[Dataset records]
☆ ☆ ☆ ☆ ☆ ☆ ☆

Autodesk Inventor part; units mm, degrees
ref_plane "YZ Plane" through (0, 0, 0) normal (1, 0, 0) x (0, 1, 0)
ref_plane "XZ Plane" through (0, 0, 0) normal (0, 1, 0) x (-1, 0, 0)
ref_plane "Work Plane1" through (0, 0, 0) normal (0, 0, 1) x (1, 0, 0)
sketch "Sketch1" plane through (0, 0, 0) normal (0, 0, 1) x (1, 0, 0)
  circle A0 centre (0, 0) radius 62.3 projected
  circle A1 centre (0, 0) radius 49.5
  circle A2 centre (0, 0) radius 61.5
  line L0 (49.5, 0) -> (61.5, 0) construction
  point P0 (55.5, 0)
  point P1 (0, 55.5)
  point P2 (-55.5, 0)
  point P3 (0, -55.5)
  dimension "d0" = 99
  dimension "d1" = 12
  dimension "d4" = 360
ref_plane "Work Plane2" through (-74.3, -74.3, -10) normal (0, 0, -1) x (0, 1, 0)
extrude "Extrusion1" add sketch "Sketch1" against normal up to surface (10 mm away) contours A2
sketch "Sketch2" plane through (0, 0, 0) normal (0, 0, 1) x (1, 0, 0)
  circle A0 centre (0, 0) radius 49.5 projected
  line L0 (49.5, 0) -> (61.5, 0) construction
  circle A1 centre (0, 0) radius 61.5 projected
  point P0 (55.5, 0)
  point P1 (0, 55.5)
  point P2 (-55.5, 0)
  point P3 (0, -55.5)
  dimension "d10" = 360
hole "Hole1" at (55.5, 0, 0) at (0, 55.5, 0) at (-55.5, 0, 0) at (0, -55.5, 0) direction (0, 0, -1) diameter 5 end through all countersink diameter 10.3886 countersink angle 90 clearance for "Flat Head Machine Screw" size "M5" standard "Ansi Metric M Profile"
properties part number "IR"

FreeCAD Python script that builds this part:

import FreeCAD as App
import Part
import Sketcher
Q = App.Units.Quantity

doc = App.newDocument("Part")
params = doc.addObject("Spreadsheet::Sheet", "Params")
for row, (alias, value) in enumerate([
    ("sketch1_diameter", "99 mm"),
    ("sketch1_diameter2", "123 mm"),
    ("pad1_length", "10 mm"),
    ("sketch2_diameter", "5 mm"),
    ("hole_diameter", "5 mm"),
    ("hole_csink_diameter", "10.3886 mm"),
], start=1):
    params.set(f"A{row}", alias)
    params.set(f"B{row}", "=" + value)
    params.setAlias(f"B{row}", alias)

body = doc.addObject("PartDesign::Body", "Body")

# Sketch on XY plane
sketch1 = doc.addObject("Sketcher::SketchObject", "Sketch")
body.addObject(sketch1)
sketch1.AttachmentSupport = (doc.XY_Plane, [""])
sketch1.MapMode = "FlatFace"
sketch1.addGeometry(Part.Circle(App.Vector(0, 0, 0), App.Vector(0, 0, 1), 62), False)
sketch1.addGeometry(Part.Circle(App.Vector(0, 0, 0), App.Vector(0, 0, 1), 50), False)
sketch1.addConstraint(Sketcher.Constraint("Coincident", 0, 3, -1, 1))
sketch1.addConstraint(Sketcher.Constraint("Coincident", 1, 3, -1, 1))
sketch1.addConstraint(Sketcher.Constraint("Diameter", 1, Q("99 mm")))
sketch1.addConstraint(Sketcher.Constraint("Diameter", 0, Q("123 mm")))
sketch1.setExpression("Constraints[2]", "Params.sketch1_diameter")
sketch1.setExpression("Constraints[3]", "Params.sketch1_diameter2")
pad1 = doc.addObject("PartDesign::Pad", "Pad")
body.addObject(pad1)
pad1.Profile = sketch1
pad1.setExpression("Length", "Params.pad1_length")
pad1.Reversed = True

# Sketch on XY plane
sketch2 = doc.addObject("Sketcher::SketchObject", "Sketch001")
body.addObject(sketch2)
sketch2.AttachmentSupport = (doc.XY_Plane, [""])
sketch2.MapMode = "FlatFace"
sketch2.addGeometry(Part.Circle(App.Vector(55.5, 0, 0), App.Vector(0, 0, 1), 2.5), False)
sketch2.addGeometry(Part.Circle(App.Vector(0, 55.5, 0), App.Vector(0, 0, 1), 2.5), False)
sketch2.addGeometry(Part.Circle(App.Vector(-55.5, 0, 0), App.Vector(0, 0, 1), 2.5), False)
sketch2.addGeometry(Part.Circle(App.Vector(0, -55.5, 0), App.Vector(0, 0, 1), 2.5), False)
sketch2.addConstraint(Sketcher.Constraint("Equal", 0, 1))
sketch2.addConstraint(Sketcher.Constraint("Equal", 1, 2))
sketch2.addConstraint(Sketcher.Constraint("Equal", 2, 3))
sketch2.addConstraint(Sketcher.Constraint("Symmetric", 0, 3, 2, 3, -1, 1))
sketch2.addConstraint(Sketcher.Constraint("Symmetric", 1, 3, 3, 3, -1, 1))
sketch2.addConstraint(Sketcher.Constraint("PointOnObject", 0, 3, -1))
sketch2.addConstraint(Sketcher.Constraint("PointOnObject", 1, 3, -2))
sketch2.addConstraint(Sketcher.Constraint("Diameter", 0, Q("5 mm")))
sketch2.addConstraint(Sketcher.Constraint("DistanceX", 2, 3, 0, 3, Q("111 mm")))
sketch2.addConstraint(Sketcher.Constraint("DistanceY", 3, 3, 1, 3, Q("111 mm")))
sketch2.setExpression("Constraints[7]", "Params.sketch2_diameter")
doc.recompute()
hole = doc.addObject("PartDesign::Hole", "Hole")
body.addObject(hole)
hole.Profile = sketch2
hole.ThreadType = "None"
hole.setExpression("Diameter", "Params.hole_diameter")
hole.DepthType = "ThroughAll"
hole.HoleCutType = "Countersink"
hole.setExpression("HoleCutDiameter", "Params.hole_csink_diameter")
hole.HoleCutCountersinkAngle = 90

doc.recompute()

☆ ☆ ☆ ☆ ☆ ☆ ☆

▶ **Work request**: Print, from the entries above, the line with "away) contours A2", the line with "FreeCAD Python script" and all lines between them, exactly and with nothing else.

▶ **Solution to the problem**:
extrude "Extrusion1" add sketch "Sketch1" against normal up to surface (10 mm away) contours A2
sketch "Sketch2" plane through (0, 0, 0) normal (0, 0, 1) x (1, 0, 0)
  circle A0 centre (0, 0) radius 49.5 projected
  line L0 (49.5, 0) -> (61.5, 0) construction
  circle A1 centre (0, 0) radius 61.5 projected
  point P0 (55.5, 0)
  point P1 (0, 55.5)
  point P2 (-55.5, 0)
  point P3 (0, -55.5)
  dimension "d10" = 360
hole "Hole1" at (55.5, 0, 0) at (0, 55.5, 0) at (-55.5, 0, 0) at (0, -55.5, 0) direction (0, 0, -1) diameter 5 end through all countersink diameter 10.3886 countersink angle 90 clearance for "Flat Head Machine Screw" size "M5" standard "Ansi Metric M Profile"
properties part number "IR"

FreeCAD Python script that builds this part:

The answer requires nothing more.